Look below for the line holding "f 125 167 119" and the line holding "f 102 103 191". Repeat those two and everything between, exactly.
*** Opening of DATA ***
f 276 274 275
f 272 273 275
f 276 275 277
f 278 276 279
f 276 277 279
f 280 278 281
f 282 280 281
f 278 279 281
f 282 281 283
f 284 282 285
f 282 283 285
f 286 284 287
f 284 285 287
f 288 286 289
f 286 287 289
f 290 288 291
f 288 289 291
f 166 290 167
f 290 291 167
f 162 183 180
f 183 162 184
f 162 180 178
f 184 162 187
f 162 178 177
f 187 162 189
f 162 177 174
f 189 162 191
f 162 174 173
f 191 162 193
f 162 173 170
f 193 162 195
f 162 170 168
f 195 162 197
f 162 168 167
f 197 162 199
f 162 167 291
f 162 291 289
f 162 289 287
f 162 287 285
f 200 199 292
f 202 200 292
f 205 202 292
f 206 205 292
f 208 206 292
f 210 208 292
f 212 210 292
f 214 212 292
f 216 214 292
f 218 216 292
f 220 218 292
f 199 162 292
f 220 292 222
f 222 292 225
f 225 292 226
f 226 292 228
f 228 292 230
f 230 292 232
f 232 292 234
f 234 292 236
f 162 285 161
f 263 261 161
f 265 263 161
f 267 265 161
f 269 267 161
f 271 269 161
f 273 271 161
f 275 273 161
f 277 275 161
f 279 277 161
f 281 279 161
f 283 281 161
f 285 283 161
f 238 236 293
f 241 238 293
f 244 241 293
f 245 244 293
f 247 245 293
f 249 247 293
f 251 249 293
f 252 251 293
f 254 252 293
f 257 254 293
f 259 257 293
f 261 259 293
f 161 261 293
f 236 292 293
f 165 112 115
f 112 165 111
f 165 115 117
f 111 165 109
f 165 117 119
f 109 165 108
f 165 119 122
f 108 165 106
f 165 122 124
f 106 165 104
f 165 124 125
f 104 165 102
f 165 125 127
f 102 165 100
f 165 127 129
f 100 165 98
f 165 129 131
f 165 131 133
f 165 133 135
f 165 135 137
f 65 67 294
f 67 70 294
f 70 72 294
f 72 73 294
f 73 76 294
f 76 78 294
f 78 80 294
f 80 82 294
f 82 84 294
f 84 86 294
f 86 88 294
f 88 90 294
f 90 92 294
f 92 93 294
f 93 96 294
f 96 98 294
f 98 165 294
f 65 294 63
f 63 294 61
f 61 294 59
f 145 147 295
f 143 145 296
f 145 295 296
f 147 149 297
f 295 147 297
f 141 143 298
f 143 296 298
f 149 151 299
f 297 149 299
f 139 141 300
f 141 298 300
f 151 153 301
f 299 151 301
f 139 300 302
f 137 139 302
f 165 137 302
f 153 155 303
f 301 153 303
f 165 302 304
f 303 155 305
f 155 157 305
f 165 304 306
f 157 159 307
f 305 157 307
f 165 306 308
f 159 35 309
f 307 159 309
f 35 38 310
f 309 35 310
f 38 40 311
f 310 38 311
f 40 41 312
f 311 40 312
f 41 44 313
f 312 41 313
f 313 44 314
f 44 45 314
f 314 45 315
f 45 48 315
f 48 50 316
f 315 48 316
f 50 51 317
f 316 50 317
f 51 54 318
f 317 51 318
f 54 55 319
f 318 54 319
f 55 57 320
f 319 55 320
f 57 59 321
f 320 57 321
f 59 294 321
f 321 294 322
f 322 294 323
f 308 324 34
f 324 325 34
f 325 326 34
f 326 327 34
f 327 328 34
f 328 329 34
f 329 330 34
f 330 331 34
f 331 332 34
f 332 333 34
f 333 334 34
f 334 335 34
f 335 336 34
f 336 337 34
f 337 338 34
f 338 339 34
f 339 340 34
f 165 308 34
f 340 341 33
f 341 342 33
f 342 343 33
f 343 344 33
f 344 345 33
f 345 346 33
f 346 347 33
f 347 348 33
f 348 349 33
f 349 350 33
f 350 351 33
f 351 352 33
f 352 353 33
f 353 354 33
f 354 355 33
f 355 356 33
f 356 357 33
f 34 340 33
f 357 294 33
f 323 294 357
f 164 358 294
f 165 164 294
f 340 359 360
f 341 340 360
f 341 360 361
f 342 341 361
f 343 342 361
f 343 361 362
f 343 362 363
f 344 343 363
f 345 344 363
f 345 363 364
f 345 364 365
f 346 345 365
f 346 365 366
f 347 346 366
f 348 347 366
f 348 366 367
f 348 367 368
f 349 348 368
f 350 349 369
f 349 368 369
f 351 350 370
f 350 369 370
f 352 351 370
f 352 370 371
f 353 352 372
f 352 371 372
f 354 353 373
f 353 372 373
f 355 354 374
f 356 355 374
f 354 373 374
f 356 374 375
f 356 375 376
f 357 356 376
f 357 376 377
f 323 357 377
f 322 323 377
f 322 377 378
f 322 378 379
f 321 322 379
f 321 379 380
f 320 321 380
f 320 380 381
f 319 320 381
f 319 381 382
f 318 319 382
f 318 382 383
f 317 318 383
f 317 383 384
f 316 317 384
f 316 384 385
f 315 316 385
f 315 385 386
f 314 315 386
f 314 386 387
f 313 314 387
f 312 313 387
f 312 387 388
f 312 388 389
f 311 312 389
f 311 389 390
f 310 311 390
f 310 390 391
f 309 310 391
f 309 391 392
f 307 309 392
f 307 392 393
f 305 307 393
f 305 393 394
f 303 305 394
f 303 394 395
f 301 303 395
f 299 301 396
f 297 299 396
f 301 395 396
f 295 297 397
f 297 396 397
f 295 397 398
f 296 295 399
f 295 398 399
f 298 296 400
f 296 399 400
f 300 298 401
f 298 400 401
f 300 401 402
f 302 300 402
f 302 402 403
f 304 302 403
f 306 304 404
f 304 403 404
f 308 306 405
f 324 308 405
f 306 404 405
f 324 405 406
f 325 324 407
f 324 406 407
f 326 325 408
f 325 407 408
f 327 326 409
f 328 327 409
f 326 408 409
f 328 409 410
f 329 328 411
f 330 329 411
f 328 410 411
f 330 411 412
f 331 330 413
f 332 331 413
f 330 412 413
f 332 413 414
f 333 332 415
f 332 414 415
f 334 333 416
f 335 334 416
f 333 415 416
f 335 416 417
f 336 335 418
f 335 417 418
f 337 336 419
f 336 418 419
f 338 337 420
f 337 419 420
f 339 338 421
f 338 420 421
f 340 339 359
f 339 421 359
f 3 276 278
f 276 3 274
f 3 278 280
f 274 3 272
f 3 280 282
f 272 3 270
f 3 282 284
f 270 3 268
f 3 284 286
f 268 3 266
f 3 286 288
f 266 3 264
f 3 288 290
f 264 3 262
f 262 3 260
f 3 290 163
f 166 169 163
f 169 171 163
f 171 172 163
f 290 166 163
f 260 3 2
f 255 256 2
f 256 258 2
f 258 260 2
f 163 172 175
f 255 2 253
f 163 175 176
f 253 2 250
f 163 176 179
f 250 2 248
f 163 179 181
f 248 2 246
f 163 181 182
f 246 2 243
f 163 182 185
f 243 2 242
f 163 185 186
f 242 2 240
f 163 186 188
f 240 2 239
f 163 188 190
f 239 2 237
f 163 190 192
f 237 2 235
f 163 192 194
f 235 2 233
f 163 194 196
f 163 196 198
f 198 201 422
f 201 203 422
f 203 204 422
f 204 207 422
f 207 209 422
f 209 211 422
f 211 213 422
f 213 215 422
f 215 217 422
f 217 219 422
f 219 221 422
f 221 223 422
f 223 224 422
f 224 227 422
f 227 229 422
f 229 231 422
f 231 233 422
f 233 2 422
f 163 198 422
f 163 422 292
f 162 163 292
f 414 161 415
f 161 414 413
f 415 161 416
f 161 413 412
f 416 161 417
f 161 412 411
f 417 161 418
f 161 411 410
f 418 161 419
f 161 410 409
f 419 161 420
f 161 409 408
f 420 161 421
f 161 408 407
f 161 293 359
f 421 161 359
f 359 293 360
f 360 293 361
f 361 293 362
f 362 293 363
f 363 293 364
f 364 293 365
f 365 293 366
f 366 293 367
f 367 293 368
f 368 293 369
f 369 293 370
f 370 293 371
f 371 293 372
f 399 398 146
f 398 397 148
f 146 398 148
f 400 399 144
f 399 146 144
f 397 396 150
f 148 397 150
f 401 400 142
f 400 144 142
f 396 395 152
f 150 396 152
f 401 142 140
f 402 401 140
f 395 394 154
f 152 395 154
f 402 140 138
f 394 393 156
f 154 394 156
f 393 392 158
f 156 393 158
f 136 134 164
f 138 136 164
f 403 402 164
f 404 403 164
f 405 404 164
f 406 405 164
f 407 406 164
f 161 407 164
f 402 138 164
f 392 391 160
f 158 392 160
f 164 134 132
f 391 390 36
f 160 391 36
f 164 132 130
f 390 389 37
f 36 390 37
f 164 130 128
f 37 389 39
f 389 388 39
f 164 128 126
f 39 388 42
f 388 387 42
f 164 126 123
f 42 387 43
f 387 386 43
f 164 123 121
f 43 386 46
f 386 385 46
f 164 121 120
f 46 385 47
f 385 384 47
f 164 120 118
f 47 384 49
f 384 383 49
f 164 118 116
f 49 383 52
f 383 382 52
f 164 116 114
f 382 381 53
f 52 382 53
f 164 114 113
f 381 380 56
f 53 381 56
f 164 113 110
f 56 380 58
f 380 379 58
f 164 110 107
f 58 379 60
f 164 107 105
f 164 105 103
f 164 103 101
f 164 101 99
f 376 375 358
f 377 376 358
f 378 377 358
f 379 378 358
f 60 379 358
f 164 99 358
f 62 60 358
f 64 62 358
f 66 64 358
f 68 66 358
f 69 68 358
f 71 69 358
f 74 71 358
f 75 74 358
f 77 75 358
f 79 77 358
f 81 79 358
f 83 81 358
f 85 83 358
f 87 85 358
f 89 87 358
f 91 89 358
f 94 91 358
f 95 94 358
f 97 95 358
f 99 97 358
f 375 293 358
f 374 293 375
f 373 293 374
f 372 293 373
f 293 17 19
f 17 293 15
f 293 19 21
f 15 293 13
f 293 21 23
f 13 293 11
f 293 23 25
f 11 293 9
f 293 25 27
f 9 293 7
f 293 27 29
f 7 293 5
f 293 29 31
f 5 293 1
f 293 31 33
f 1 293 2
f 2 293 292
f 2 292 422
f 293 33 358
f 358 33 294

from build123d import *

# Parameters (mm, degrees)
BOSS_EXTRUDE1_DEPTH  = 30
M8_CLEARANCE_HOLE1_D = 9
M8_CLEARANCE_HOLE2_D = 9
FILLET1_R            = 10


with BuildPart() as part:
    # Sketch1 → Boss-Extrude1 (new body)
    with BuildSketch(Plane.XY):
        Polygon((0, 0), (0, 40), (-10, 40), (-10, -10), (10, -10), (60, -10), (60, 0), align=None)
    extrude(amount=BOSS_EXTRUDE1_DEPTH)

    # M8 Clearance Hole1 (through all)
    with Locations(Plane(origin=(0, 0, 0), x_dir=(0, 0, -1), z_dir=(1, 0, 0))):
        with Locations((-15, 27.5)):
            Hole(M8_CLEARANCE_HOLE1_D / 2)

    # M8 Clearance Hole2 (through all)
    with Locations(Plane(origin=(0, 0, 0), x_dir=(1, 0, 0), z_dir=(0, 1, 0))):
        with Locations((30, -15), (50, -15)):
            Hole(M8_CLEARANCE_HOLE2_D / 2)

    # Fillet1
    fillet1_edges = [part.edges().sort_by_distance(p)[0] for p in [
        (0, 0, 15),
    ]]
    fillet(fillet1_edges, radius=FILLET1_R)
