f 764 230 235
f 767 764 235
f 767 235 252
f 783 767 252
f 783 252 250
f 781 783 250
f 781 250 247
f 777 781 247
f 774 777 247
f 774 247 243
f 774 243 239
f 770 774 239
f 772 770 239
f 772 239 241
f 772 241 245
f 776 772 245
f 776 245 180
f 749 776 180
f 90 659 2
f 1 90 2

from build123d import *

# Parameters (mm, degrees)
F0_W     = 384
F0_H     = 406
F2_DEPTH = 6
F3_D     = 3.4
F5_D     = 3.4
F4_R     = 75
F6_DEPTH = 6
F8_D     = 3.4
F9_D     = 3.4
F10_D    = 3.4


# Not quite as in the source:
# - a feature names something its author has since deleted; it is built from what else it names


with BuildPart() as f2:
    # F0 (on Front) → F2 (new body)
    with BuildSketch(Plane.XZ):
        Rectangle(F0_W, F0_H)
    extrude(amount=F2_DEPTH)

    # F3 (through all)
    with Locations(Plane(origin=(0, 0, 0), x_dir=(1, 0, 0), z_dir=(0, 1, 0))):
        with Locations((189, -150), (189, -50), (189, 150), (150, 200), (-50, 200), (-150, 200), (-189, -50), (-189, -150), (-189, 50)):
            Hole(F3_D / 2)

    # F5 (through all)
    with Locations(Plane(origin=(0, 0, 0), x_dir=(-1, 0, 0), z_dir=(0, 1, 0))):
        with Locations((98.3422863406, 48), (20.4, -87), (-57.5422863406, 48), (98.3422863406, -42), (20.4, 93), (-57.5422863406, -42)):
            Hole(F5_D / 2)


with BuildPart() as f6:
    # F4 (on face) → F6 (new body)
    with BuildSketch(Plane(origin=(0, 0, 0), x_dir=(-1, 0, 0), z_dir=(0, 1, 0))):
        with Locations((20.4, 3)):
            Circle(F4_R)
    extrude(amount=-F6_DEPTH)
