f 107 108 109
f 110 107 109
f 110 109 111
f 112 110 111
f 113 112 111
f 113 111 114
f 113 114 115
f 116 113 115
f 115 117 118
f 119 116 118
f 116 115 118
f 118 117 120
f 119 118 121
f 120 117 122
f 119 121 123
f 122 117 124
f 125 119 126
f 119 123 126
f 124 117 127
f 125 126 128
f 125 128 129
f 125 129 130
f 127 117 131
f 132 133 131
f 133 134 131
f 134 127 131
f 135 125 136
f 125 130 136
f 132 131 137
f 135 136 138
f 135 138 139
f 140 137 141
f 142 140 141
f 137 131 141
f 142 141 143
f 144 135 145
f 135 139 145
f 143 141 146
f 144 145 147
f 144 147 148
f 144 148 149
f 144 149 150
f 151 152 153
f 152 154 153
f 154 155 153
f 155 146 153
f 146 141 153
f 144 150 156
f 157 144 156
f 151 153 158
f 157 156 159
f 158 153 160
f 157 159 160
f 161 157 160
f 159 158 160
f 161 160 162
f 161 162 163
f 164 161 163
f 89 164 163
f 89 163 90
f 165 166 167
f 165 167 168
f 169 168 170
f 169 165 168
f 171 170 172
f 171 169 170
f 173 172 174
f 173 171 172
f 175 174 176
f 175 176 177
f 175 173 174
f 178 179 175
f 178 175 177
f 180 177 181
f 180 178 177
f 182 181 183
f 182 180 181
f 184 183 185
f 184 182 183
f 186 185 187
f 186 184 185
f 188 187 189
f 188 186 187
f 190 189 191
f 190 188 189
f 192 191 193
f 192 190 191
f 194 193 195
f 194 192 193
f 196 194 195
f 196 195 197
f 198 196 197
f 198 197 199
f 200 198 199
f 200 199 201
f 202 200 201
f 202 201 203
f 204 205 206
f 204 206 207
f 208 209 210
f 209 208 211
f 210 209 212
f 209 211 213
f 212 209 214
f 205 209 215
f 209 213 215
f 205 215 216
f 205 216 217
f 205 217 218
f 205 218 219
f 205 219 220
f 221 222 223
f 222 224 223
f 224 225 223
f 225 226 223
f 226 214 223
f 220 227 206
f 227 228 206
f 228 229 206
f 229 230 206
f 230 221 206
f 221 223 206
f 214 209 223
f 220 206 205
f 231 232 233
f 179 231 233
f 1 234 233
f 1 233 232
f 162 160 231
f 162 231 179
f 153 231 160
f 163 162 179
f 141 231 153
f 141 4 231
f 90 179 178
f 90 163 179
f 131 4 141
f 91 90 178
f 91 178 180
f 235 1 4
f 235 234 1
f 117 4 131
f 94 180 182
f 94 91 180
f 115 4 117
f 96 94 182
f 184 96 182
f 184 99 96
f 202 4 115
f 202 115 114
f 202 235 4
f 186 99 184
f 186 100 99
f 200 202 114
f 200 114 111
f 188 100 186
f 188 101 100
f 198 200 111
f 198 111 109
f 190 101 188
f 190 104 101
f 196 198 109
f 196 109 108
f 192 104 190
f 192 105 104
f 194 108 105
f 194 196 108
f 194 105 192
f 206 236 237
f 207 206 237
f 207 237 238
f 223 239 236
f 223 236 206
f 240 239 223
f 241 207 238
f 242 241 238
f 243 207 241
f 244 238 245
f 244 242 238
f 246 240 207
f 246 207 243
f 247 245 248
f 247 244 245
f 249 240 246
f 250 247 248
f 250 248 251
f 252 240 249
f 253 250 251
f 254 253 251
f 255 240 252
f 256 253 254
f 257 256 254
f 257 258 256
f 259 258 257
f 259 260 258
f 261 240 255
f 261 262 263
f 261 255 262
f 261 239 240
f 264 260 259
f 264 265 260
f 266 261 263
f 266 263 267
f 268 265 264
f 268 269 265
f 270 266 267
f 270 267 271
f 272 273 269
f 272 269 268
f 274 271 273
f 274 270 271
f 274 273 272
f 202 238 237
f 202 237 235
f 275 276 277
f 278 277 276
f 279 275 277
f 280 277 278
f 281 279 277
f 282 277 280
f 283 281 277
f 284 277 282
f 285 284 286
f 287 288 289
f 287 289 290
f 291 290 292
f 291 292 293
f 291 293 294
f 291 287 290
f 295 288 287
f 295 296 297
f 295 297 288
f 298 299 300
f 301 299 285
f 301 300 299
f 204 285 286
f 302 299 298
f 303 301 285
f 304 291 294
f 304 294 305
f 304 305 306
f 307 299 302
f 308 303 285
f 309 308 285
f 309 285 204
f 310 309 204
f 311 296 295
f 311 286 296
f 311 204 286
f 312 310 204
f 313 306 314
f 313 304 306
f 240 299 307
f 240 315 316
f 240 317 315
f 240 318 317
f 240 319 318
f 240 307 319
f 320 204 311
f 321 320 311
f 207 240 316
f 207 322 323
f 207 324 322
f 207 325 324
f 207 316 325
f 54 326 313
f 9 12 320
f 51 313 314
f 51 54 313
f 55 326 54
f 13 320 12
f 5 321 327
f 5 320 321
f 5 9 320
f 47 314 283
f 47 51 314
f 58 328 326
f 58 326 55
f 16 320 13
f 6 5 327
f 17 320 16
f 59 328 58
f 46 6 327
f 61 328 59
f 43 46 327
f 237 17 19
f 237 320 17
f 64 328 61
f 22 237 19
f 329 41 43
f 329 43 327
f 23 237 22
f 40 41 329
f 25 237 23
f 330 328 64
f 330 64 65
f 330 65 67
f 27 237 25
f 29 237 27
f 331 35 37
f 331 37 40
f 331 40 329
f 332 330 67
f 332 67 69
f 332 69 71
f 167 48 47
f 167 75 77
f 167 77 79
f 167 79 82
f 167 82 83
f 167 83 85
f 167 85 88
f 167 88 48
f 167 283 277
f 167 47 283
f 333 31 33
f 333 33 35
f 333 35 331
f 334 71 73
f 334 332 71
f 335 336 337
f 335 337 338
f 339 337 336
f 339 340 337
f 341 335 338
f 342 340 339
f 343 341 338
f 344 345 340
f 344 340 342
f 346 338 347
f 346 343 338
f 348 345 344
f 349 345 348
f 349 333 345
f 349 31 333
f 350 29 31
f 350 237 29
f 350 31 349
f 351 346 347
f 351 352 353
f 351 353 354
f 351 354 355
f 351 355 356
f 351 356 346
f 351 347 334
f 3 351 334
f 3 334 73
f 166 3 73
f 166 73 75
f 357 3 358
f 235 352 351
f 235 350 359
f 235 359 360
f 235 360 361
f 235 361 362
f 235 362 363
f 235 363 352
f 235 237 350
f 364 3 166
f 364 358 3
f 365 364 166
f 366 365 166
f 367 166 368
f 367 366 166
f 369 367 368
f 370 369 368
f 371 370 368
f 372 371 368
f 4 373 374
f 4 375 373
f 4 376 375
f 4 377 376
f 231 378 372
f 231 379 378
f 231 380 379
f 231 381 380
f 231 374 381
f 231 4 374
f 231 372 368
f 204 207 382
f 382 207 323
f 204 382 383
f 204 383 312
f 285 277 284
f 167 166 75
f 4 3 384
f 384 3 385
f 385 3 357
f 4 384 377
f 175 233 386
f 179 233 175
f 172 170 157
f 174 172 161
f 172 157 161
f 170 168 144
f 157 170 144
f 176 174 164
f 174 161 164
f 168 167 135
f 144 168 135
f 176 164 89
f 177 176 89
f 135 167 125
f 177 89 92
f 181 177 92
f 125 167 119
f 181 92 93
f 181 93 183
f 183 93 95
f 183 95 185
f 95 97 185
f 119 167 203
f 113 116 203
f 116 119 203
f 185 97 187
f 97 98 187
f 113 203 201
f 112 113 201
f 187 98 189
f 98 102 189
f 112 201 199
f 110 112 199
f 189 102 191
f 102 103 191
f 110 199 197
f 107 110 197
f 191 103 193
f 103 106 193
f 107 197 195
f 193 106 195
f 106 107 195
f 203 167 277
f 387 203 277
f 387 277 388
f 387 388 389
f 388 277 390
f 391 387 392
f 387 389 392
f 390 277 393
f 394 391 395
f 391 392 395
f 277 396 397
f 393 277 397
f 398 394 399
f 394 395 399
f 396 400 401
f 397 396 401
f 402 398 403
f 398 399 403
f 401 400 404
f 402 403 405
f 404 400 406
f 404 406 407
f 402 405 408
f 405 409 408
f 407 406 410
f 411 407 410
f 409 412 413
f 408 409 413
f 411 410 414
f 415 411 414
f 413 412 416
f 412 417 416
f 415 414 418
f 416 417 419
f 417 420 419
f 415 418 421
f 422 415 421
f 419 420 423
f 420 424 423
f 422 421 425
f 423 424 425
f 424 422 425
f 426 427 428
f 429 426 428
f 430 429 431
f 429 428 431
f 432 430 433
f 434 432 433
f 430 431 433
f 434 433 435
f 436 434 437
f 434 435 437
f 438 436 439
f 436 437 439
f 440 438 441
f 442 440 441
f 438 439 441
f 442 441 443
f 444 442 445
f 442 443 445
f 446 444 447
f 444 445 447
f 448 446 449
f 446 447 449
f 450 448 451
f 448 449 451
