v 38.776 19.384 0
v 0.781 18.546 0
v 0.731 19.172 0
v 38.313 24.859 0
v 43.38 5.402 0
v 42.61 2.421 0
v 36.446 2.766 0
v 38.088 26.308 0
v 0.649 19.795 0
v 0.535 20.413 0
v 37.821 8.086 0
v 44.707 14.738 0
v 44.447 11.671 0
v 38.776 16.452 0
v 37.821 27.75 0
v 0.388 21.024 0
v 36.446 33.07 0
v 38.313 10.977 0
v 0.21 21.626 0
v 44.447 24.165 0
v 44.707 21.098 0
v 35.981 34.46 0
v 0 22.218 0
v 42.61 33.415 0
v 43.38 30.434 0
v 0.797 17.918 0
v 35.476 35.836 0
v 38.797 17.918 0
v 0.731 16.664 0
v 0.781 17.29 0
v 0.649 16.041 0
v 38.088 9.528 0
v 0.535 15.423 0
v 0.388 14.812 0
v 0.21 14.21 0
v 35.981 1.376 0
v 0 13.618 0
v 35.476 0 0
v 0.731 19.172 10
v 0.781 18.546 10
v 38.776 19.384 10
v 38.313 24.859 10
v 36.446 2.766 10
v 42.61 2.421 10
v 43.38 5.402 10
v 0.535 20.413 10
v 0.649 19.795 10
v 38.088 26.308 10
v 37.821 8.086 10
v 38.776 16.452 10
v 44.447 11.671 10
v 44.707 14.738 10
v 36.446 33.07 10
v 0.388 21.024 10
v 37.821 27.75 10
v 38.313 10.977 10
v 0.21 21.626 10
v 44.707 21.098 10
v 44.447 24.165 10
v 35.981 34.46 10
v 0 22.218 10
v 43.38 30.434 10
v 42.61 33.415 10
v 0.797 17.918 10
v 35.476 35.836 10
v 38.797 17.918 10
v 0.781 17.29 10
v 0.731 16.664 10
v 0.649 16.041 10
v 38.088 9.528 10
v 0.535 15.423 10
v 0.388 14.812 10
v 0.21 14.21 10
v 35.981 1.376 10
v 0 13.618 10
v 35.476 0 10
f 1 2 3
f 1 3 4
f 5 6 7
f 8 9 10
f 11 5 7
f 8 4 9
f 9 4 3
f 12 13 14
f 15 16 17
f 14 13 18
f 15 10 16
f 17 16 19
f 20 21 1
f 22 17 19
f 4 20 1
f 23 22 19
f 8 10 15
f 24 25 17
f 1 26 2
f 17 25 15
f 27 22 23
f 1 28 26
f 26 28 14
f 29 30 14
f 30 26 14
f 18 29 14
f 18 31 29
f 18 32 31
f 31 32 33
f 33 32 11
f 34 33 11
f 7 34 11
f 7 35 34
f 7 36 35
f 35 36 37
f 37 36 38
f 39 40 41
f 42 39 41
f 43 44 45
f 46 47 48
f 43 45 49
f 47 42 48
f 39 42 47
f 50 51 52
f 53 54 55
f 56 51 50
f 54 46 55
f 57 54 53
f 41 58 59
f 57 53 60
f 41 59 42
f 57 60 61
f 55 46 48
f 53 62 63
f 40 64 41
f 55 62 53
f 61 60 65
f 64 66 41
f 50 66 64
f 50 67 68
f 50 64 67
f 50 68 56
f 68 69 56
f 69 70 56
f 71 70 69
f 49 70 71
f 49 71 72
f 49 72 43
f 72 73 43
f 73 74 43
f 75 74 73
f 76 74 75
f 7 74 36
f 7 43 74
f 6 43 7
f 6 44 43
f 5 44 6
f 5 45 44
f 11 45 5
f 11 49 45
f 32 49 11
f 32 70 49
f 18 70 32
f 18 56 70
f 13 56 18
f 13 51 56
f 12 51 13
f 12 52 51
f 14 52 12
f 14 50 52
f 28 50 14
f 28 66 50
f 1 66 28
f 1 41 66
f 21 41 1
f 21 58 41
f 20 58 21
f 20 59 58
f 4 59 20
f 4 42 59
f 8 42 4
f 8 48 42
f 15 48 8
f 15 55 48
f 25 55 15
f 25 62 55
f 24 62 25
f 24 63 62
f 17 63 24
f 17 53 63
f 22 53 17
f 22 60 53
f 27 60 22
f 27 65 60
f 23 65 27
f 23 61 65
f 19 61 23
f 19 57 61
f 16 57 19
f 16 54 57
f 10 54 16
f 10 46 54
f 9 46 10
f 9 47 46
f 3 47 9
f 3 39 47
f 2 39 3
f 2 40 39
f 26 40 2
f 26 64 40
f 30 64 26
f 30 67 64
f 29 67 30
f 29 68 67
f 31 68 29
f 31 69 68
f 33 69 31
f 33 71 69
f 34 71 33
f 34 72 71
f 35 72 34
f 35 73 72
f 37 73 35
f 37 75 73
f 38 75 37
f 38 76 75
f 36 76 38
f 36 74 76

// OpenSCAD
$fn = 32;

// ----------------------------------------------------------------------
// Gear sector: 4 teeth on 42 degrees
// ----------------------------------------------------------------------

// --- parameters (mm) ---
sector_angle = 42;        // sector angle, degrees
root_r = 50;              // root circle radius
tooth_h = 6;              // tooth height over the root circle
teeth = 4;                // number of teeth on the sector
hub_r = 12;               // hub bore radius
plate_t = 10;             // sector thickness, Z
arc_step = 3;             // sampling step of the root/hub arcs, degrees

tip_r = root_r + tooth_h;  // tip circle radius

profile = [[35.476, 0], [35.981, 1.376], [36.446, 2.766], [42.61, 2.421], [43.38, 5.402], [37.821, 8.086], [38.088, 9.528], [38.313, 10.977], [44.447, 11.671], [44.707, 14.738], [38.776, 16.452], [38.797, 17.918], [38.776, 19.384], [44.707, 21.098], [44.447, 24.165], [38.313, 24.859], [38.088, 26.308], [37.821, 27.75], [43.38, 30.434], [42.61, 33.415], [36.446, 33.07], [35.981, 34.46], [35.476, 35.836], [0, 22.218], [0.21, 21.626], [0.388, 21.024], [0.535, 20.413], [0.649, 19.795], [0.731, 19.172], [0.781, 18.546], [0.797, 17.918], [0.781, 17.29], [0.731, 16.664], [0.649, 16.041], [0.535, 15.423], [0.388, 14.812], [0.21, 14.21], [0, 13.618]];  // primary outline, 38 points, counter clockwise

// --- the one profile operation ---
linear_extrude(height = plate_t) polygon(points = profile);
*** Close of DATA ***
#### YOUR SOLUTION
f 125 167 119
f 181 92 93
f 181 93 183
f 183 93 95
f 183 95 185
f 95 97 185
f 119 167 203
f 113 116 203
f 116 119 203
f 185 97 187
f 97 98 187
f 113 203 201
f 112 113 201
f 187 98 189
f 98 102 189
f 112 201 199
f 110 112 199
f 189 102 191
f 102 103 191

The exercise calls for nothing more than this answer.